▸ Data for review:
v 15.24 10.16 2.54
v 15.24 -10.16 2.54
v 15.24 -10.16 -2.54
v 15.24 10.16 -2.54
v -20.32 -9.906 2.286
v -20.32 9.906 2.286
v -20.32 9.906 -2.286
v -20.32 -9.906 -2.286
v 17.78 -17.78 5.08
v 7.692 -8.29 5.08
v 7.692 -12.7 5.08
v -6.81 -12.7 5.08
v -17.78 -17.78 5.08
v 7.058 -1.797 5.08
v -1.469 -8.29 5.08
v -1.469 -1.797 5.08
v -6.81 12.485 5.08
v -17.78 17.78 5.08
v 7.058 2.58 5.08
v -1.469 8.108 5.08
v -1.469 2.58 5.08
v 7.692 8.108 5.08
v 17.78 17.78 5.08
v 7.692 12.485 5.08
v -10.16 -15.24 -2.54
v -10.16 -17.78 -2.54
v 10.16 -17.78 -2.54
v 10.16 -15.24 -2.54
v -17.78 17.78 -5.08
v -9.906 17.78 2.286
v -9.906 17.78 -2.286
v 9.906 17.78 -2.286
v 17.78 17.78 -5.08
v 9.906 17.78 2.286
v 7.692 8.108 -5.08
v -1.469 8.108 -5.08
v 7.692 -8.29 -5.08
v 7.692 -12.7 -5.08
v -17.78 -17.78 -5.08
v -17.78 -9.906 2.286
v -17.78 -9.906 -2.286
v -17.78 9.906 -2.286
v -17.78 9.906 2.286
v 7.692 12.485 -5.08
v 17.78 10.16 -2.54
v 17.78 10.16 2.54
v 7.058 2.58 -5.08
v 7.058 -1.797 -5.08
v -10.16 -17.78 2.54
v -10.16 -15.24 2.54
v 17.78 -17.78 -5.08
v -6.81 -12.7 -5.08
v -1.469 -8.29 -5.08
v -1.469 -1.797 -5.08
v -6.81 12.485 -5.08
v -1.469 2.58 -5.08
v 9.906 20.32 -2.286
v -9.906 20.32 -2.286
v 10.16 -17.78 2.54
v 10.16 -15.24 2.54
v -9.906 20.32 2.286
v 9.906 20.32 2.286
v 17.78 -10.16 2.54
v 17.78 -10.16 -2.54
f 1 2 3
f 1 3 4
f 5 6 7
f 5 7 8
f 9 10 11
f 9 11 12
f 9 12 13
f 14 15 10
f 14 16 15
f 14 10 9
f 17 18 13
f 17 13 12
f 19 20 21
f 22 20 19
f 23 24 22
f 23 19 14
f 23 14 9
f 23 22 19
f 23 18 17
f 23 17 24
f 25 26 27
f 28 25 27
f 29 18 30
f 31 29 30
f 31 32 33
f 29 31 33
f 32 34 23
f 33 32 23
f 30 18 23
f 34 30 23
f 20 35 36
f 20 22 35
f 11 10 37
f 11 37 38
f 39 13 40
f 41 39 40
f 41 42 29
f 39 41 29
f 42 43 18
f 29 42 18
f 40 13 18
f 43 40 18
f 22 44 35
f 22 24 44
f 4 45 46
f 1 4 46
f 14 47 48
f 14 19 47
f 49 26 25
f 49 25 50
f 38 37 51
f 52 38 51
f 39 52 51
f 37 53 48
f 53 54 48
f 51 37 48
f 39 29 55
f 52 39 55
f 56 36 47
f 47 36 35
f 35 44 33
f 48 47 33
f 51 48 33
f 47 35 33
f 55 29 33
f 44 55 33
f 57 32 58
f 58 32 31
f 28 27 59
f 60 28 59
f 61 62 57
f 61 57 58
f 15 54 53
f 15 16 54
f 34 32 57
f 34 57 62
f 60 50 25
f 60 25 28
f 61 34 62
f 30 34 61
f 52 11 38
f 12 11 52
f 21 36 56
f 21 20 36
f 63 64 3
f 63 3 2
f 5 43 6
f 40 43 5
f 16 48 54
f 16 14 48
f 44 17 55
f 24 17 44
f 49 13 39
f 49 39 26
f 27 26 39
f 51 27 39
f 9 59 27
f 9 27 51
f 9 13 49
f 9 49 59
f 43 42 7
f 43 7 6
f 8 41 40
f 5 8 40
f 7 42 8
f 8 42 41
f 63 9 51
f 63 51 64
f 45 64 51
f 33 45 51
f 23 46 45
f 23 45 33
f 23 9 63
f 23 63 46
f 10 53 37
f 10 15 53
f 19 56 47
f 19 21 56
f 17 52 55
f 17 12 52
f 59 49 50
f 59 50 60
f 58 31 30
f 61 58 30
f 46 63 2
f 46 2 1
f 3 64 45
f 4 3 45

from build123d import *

# Parameters (mm, degrees)
F0_W     = 35.56
F0_H     = 35.56
F1_DEPTH = 5.08
F2_W     = 19.812
F2_H     = 4.572
F3_DEPTH = 2.54
F4_W     = 19.812
F4_H     = 4.572
F5_DEPTH = 2.54
F6_W     = 20.32
F6_H     = 5.08
F7_DEPTH = 2.54
F8_W     = 20.32
F8_H     = 5.08
F9_DEPTH = 2.54


with BuildPart() as f1:
    # F0 (on Top) → F1 (new body, symmetric)
    with BuildSketch(Plane.XY):
        Rectangle(F0_W, F0_H)
        Polygon((7.6922092014, -8.2902777778), (7.6922092014, -12.7), (-6.8102647569, -12.7), (-6.8102647569, 12.4850260417), (7.6922092014, 12.4850260417), (7.6922092014, 8.1083767361), (-1.4689887153, 8.1083767361), (-1.4689887153, 2.5796875), (7.0583116319, 2.5796875), (7.0583116319, -1.7969618056), (-1.4689887153, -1.7969618056), (-1.4689887153, -8.2902777778), align=None, mode=Mode.SUBTRACT)
    extrude(amount=F1_DEPTH, both=True)

    # F2 (on face) → F3 (join)
    with BuildSketch(Plane(origin=(0, 17.78, 0), x_dir=(-1, 0, 0), z_dir=(0, 1, 0))):
        Rectangle(F2_W, F2_H)
    extrude(amount=F3_DEPTH)

    # F4 (on face) → F5 (join)
    with BuildSketch(Plane(origin=(-17.78, 0, 0), x_dir=(0, -1, 0), z_dir=(-1, 0, 0))):
        Rectangle(F4_W, F4_H)
    extrude(amount=F5_DEPTH)

    # F6 (on face) → F7 (cut)
    with BuildSketch(Plane.XZ.offset(17.78)):
        Rectangle(F6_W, F6_H)
    extrude(amount=-F7_DEPTH, mode=Mode.SUBTRACT)

    # F8 (on face) → F9 (cut)
    with BuildSketch(Plane.YZ.offset(17.78)):
        Rectangle(F8_W, F8_H)
    extrude(amount=-F9_DEPTH, mode=Mode.SUBTRACT)


solid = f1.part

▸ Exercise: Your task is to transcribe each record faithfully and in full.

▸ Task output:
v 15.24 10.16 2.54
v 15.24 -10.16 2.54
v 15.24 -10.16 -2.54
v 15.24 10.16 -2.54
v -20.32 -9.906 2.286
v -20.32 9.906 2.286
v -20.32 9.906 -2.286
v -20.32 -9.906 -2.286
v 17.78 -17.78 5.08
v 7.692 -8.29 5.08
v 7.692 -12.7 5.08
v -6.81 -12.7 5.08
v -17.78 -17.78 5.08
v 7.058 -1.797 5.08
v -1.469 -8.29 5.08
v -1.469 -1.797 5.08
v -6.81 12.485 5.08
v -17.78 17.78 5.08
v 7.058 2.58 5.08
v -1.469 8.108 5.08
v -1.469 2.58 5.08
v 7.692 8.108 5.08
v 17.78 17.78 5.08
v 7.692 12.485 5.08
v -10.16 -15.24 -2.54
v -10.16 -17.78 -2.54
v 10.16 -17.78 -2.54
v 10.16 -15.24 -2.54
v -17.78 17.78 -5.08
v -9.906 17.78 2.286
v -9.906 17.78 -2.286
v 9.906 17.78 -2.286
v 17.78 17.78 -5.08
v 9.906 17.78 2.286
v 7.692 8.108 -5.08
v -1.469 8.108 -5.08
v 7.692 -8.29 -5.08
v 7.692 -12.7 -5.08
v -17.78 -17.78 -5.08
v -17.78 -9.906 2.286
v -17.78 -9.906 -2.286
v -17.78 9.906 -2.286
v -17.78 9.906 2.286
v 7.692 12.485 -5.08
v 17.78 10.16 -2.54
v 17.78 10.16 2.54
v 7.058 2.58 -5.08
v 7.058 -1.797 -5.08
v -10.16 -17.78 2.54
v -10.16 -15.24 2.54
v 17.78 -17.78 -5.08
v -6.81 -12.7 -5.08
v -1.469 -8.29 -5.08
v -1.469 -1.797 -5.08
v -6.81 12.485 -5.08
v -1.469 2.58 -5.08
v 9.906 20.32 -2.286
v -9.906 20.32 -2.286
v 10.16 -17.78 2.54
v 10.16 -15.24 2.54
v -9.906 20.32 2.286
v 9.906 20.32 2.286
v 17.78 -10.16 2.54
v 17.78 -10.16 -2.54
f 1 2 3
f 1 3 4
f 5 6 7
f 5 7 8
f 9 10 11
f 9 11 12
f 9 12 13
f 14 15 10
f 14 16 15
f 14 10 9
f 17 18 13
f 17 13 12
f 19 20 21
f 22 20 19
f 23 24 22
f 23 19 14
f 23 14 9
f 23 22 19
f 23 18 17
f 23 17 24
f 25 26 27
f 28 25 27
f 29 18 30
f 31 29 30
f 31 32 33
f 29 31 33
f 32 34 23
f 33 32 23
f 30 18 23
f 34 30 23
f 20 35 36
f 20 22 35
f 11 10 37
f 11 37 38
f 39 13 40
f 41 39 40
f 41 42 29
f 39 41 29
f 42 43 18
f 29 42 18
f 40 13 18
f 43 40 18
f 22 44 35
f 22 24 44
f 4 45 46
f 1 4 46
f 14 47 48
f 14 19 47
f 49 26 25
f 49 25 50
f 38 37 51
f 52 38 51
f 39 52 51
f 37 53 48
f 53 54 48
f 51 37 48
f 39 29 55
f 52 39 55
f 56 36 47
f 47 36 35
f 35 44 33
f 48 47 33
f 51 48 33
f 47 35 33
f 55 29 33
f 44 55 33
f 57 32 58
f 58 32 31
f 28 27 59
f 60 28 59
f 61 62 57
f 61 57 58
f 15 54 53
f 15 16 54
f 34 32 57
f 34 57 62
f 60 50 25
f 60 25 28
f 61 34 62
f 30 34 61
f 52 11 38
f 12 11 52
f 21 36 56
f 21 20 36
f 63 64 3
f 63 3 2
f 5 43 6
f 40 43 5
f 16 48 54
f 16 14 48
f 44 17 55
f 24 17 44
f 49 13 39
f 49 39 26
f 27 26 39
f 51 27 39
f 9 59 27
f 9 27 51
f 9 13 49
f 9 49 59
f 43 42 7
f 43 7 6
f 8 41 40
f 5 8 40
f 7 42 8
f 8 42 41
f 63 9 51
f 63 51 64
f 45 64 51
f 33 45 51
f 23 46 45
f 23 45 33
f 23 9 63
f 23 63 46
f 10 53 37
f 10 15 53
f 19 56 47
f 19 21 56
f 17 52 55
f 17 12 52
f 59 49 50
f 59 50 60
f 58 31 30
f 61 58 30
f 46 63 2
f 46 2 1
f 3 64 45
f 4 3 45

from build123d import *

# Parameters (mm, degrees)
F0_W     = 35.56
F0_H     = 35.56
F1_DEPTH = 5.08
F2_W     = 19.812
F2_H     = 4.572
F3_DEPTH = 2.54
F4_W     = 19.812
F4_H     = 4.572
F5_DEPTH = 2.54
F6_W     = 20.32
F6_H     = 5.08
F7_DEPTH = 2.54
F8_W     = 20.32
F8_H     = 5.08
F9_DEPTH = 2.54


with BuildPart() as f1:
    # F0 (on Top) → F1 (new body, symmetric)
    with BuildSketch(Plane.XY):
        Rectangle(F0_W, F0_H)
        Polygon((7.6922092014, -8.2902777778), (7.6922092014, -12.7), (-6.8102647569, -12.7), (-6.8102647569, 12.4850260417), (7.6922092014, 12.4850260417), (7.6922092014, 8.1083767361), (-1.4689887153, 8.1083767361), (-1.4689887153, 2.5796875), (7.0583116319, 2.5796875), (7.0583116319, -1.7969618056), (-1.4689887153, -1.7969618056), (-1.4689887153, -8.2902777778), align=None, mode=Mode.SUBTRACT)
    extrude(amount=F1_DEPTH, both=True)

    # F2 (on face) → F3 (join)
    with BuildSketch(Plane(origin=(0, 17.78, 0), x_dir=(-1, 0, 0), z_dir=(0, 1, 0))):
        Rectangle(F2_W, F2_H)
    extrude(amount=F3_DEPTH)

    # F4 (on face) → F5 (join)
    with BuildSketch(Plane(origin=(-17.78, 0, 0), x_dir=(0, -1, 0), z_dir=(-1, 0, 0))):
        Rectangle(F4_W, F4_H)
    extrude(amount=F5_DEPTH)

    # F6 (on face) → F7 (cut)
    with BuildSketch(Plane.XZ.offset(17.78)):
        Rectangle(F6_W, F6_H)
    extrude(amount=-F7_DEPTH, mode=Mode.SUBTRACT)

    # F8 (on face) → F9 (cut)
    with BuildSketch(Plane.YZ.offset(17.78)):
        Rectangle(F8_W, F8_H)
    extrude(amount=-F9_DEPTH, mode=Mode.SUBTRACT)


solid = f1.part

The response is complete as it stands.